> _Exercise aim_
Output only the lines from the start of the entries through the line holding "f 784 753 786". Each line must match the original exactly.

> _Recorded information_
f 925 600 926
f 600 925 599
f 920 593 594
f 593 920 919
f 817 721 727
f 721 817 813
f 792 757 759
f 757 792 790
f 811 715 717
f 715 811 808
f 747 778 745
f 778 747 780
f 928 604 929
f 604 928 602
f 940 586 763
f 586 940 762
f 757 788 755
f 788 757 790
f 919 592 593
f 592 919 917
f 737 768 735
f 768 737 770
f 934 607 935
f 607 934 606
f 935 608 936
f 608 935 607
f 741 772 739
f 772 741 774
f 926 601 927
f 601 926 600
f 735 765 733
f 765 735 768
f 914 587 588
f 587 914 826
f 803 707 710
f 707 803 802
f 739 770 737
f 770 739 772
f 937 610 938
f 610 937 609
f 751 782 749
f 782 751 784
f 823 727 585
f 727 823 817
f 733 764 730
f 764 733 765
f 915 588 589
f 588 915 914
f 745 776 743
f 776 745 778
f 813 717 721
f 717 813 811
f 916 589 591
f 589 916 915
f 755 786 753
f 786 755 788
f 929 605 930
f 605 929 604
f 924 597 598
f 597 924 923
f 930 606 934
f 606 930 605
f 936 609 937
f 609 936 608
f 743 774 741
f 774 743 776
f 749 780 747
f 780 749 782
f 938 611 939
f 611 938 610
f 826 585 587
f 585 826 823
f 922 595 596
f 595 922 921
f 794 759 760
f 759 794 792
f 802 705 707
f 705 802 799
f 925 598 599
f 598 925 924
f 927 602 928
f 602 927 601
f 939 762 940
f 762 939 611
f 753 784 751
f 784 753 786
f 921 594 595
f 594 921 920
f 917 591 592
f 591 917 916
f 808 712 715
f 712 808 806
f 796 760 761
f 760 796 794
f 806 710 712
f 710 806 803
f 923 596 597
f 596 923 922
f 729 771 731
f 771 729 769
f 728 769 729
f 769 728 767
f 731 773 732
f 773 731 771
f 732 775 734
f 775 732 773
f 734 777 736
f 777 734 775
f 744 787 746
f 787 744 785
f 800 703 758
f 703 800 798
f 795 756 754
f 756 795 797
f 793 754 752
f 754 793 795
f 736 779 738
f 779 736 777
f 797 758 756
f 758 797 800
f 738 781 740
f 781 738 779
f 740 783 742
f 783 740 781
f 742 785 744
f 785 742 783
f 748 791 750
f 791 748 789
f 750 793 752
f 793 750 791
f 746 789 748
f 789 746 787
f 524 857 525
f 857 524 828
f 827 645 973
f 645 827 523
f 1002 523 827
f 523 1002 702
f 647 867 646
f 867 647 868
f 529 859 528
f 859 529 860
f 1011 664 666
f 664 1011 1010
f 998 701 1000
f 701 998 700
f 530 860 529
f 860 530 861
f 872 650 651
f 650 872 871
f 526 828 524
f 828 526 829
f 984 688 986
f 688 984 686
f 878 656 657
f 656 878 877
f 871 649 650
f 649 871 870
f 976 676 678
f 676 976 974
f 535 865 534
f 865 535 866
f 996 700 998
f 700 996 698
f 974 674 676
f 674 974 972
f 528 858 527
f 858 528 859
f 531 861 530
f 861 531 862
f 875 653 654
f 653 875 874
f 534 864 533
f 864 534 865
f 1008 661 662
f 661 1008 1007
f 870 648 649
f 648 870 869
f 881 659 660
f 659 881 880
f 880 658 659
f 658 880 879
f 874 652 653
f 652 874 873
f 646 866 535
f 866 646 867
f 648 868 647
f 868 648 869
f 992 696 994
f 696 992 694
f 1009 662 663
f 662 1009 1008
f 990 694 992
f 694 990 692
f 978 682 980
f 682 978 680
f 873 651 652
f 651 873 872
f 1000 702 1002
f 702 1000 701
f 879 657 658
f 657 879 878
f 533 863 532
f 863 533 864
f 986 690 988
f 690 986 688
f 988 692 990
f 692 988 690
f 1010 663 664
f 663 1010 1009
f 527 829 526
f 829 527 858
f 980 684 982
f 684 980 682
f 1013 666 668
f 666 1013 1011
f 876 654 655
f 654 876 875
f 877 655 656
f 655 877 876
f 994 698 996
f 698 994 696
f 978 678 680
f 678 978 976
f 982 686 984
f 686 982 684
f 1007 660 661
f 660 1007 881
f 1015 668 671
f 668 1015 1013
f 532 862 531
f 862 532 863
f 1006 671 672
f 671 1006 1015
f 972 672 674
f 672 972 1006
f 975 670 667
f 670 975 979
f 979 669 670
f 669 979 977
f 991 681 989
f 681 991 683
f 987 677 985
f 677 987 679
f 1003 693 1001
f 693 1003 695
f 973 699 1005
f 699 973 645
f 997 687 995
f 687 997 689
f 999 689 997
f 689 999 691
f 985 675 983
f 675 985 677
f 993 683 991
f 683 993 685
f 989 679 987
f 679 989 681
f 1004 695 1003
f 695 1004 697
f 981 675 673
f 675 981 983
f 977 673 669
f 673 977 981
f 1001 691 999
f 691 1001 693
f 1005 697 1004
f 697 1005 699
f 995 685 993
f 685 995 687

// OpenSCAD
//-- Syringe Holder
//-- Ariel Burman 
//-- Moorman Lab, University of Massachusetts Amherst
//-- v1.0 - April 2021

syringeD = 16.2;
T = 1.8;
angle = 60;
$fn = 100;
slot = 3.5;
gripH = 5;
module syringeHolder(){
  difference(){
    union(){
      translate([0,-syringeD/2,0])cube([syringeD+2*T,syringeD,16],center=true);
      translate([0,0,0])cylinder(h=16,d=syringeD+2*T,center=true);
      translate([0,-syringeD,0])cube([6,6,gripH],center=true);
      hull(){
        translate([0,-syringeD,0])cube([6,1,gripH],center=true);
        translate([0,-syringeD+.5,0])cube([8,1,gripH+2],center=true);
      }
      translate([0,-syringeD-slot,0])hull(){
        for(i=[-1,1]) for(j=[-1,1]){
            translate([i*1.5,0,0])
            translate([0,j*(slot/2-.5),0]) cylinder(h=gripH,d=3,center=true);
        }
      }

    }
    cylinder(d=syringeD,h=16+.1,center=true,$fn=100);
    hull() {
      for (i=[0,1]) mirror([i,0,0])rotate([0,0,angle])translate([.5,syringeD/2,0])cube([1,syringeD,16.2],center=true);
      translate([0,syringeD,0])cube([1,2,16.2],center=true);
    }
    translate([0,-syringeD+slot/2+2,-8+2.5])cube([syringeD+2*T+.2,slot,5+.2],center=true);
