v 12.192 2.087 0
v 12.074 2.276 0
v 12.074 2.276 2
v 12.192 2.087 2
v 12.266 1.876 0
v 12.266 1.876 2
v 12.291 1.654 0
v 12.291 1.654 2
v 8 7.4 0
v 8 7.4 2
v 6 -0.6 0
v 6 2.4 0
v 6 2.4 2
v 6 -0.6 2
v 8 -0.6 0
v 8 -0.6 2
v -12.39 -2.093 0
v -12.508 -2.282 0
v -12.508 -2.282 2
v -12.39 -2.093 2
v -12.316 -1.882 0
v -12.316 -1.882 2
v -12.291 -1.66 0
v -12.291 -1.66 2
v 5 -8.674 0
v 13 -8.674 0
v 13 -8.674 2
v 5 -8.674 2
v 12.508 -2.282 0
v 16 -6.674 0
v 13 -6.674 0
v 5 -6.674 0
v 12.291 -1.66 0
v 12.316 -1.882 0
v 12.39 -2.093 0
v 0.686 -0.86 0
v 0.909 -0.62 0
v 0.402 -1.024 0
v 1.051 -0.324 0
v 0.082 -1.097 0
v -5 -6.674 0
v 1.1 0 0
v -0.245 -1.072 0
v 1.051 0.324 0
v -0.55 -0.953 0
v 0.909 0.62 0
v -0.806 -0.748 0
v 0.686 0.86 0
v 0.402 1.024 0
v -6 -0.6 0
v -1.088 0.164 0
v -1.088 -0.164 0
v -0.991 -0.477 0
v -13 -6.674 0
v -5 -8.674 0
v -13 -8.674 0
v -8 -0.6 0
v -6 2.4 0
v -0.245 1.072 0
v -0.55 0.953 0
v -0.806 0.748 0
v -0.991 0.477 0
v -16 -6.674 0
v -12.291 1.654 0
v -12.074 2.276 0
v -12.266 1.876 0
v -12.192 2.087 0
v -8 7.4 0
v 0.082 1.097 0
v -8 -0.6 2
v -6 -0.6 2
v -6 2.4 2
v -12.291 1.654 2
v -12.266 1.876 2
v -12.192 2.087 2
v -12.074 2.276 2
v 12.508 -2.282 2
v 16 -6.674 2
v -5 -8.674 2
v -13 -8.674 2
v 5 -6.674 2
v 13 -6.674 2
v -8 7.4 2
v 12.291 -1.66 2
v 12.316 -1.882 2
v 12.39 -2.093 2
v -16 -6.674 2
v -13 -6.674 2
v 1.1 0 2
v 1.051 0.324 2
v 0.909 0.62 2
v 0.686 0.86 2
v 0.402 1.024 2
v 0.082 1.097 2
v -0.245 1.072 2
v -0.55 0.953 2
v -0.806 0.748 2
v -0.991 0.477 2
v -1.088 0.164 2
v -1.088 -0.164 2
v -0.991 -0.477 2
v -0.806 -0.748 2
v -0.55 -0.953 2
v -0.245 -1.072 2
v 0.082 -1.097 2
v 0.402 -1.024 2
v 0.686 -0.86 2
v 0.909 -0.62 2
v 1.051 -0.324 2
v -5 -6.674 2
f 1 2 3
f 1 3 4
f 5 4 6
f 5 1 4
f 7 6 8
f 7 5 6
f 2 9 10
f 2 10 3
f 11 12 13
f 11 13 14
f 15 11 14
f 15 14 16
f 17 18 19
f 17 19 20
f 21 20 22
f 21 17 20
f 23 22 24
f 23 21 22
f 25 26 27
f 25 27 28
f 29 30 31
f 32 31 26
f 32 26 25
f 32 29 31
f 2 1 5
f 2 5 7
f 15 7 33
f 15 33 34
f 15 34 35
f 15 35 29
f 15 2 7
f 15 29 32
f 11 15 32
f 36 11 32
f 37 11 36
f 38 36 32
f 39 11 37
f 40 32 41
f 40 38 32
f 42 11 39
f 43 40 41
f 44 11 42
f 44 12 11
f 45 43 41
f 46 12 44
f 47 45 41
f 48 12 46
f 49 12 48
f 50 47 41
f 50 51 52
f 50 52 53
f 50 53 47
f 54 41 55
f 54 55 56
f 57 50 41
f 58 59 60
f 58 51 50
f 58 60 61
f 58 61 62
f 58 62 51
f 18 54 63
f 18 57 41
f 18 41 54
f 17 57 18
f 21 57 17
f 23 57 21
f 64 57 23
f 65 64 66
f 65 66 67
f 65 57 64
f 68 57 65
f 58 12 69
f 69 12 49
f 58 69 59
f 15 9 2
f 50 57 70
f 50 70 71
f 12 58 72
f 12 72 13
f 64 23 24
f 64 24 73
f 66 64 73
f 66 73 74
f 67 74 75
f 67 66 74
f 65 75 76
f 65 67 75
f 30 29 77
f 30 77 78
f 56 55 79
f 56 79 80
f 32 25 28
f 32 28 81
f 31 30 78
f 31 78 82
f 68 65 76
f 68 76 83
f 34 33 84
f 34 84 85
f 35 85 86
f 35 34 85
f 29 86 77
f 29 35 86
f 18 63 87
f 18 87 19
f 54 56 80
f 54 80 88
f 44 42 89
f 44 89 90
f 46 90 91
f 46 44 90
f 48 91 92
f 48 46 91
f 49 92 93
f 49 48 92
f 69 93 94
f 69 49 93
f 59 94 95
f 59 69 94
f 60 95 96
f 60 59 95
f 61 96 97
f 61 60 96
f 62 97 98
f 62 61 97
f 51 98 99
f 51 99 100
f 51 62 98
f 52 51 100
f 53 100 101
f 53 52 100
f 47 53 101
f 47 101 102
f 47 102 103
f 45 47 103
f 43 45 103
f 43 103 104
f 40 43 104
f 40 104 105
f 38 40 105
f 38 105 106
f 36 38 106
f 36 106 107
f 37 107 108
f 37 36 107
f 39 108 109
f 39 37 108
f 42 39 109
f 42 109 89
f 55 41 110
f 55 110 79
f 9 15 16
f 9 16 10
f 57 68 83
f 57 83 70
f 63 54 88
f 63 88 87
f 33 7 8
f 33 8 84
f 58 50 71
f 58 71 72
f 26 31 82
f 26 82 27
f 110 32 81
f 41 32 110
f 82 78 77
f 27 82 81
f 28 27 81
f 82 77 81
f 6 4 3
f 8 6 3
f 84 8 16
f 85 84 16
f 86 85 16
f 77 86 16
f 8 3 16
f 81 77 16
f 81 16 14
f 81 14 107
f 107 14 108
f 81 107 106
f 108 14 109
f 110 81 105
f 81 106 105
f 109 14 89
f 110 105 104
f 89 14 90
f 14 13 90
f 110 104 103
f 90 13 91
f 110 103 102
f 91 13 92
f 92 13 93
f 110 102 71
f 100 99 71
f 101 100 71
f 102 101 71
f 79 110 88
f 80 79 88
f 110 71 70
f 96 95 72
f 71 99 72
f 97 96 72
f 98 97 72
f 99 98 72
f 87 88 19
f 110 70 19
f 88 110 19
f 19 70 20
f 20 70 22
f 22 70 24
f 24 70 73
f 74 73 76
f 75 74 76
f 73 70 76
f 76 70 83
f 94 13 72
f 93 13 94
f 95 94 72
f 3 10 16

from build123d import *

# Parameters (mm, degrees)
SKETCH1_R           = 1.1
BOSS_EXTRUDE1_DEPTH = 2


with BuildPart() as part:
    # Sketch1 → Boss-Extrude1 (new body)
    with BuildSketch(Plane.XY):
        with BuildLine():
            Line((5, -6.674), (-5, -6.674))
            Line((-5, -6.674), (-5, -8.674))
            Line((-5, -8.674), (-13, -8.674))
            Line((-13, -8.674), (-13, -6.674))
            Line((-13, -6.674), (-16, -6.674))
            Line((-16, -6.674), (-12.508255124, -2.282440657))
            ThreePointArc((-12.508255124, -2.282440657), (-12.346867401, -1.989679888), (-12.290989968, -1.660085322))
            Line((-12.290989968, -1.660085322), (-12.290989968, 1.65413052))
            ThreePointArc((-12.290989968, 1.65413052), (-12.235112536, 1.983725086), (-12.073724813, 2.276485855))
            Line((-12.073724813, 2.276485855), (-8, 7.4))
            Line((-8, 7.4), (-8, 2.4))
            Line((-8, 2.4), (-8, -0.6))
            Line((-8, -0.6), (-6, -0.6))
            Line((-6, -0.6), (-6, 2.4))
            Line((-6, 2.4), (6, 2.4))
            Line((6, 2.4), (6, -0.6))
            Line((6, -0.6), (8, -0.6))
            Line((8, -0.6), (8, 2.4))
            Line((8, 2.4), (8, 7.4))
            Line((8, 7.4), (12.073724813, 2.276485855))
            ThreePointArc((12.073724813, 2.276485855), (12.235112536, 1.983725086), (12.290989968, 1.65413052))
            Line((12.290989968, 1.65413052), (12.290989968, -1.660085322))
            ThreePointArc((12.290989968, -1.660085322), (12.346867401, -1.989679888), (12.508255124, -2.282440657))
            Line((12.508255124, -2.282440657), (16, -6.674))
            Line((16, -6.674), (13, -6.674))
            Line((13, -6.674), (13, -8.674))
            Line((13, -8.674), (5, -8.674))
            Line((5, -8.674), (5, -6.674))
        make_face()
        Circle(SKETCH1_R, mode=Mode.SUBTRACT)
    extrude(amount=BOSS_EXTRUDE1_DEPTH)


solid = part.part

> _Task answer_
f 925 600 926
f 600 925 599
f 920 593 594
f 593 920 919
f 817 721 727
f 721 817 813
f 792 757 759
f 757 792 790
f 811 715 717
f 715 811 808
f 747 778 745
f 778 747 780
f 928 604 929
f 604 928 602
f 940 586 763
f 586 940 762
f 757 788 755
f 788 757 790
f 919 592 593
f 592 919 917
f 737 768 735
f 768 737 770
f 934 607 935
f 607 934 606
f 935 608 936
f 608 935 607
f 741 772 739
f 772 741 774
f 926 601 927
f 601 926 600
f 735 765 733
f 765 735 768
f 914 587 588
f 587 914 826
f 803 707 710
f 707 803 802
f 739 770 737
f 770 739 772
f 937 610 938
f 610 937 609
f 751 782 749
f 782 751 784
f 823 727 585
f 727 823 817
f 733 764 730
f 764 733 765
f 915 588 589
f 588 915 914
f 745 776 743
f 776 745 778
f 813 717 721
f 717 813 811
f 916 589 591
f 589 916 915
f 755 786 753
f 786 755 788
f 929 605 930
f 605 929 604
f 924 597 598
f 597 924 923
f 930 606 934
f 606 930 605
f 936 609 937
f 609 936 608
f 743 774 741
f 774 743 776
f 749 780 747
f 780 749 782
f 938 611 939
f 611 938 610
f 826 585 587
f 585 826 823
f 922 595 596
f 595 922 921
f 794 759 760
f 759 794 792
f 802 705 707
f 705 802 799
f 925 598 599
f 598 925 924
f 927 602 928
f 602 927 601
f 939 762 940
f 762 939 611
f 753 784 751
f 784 753 786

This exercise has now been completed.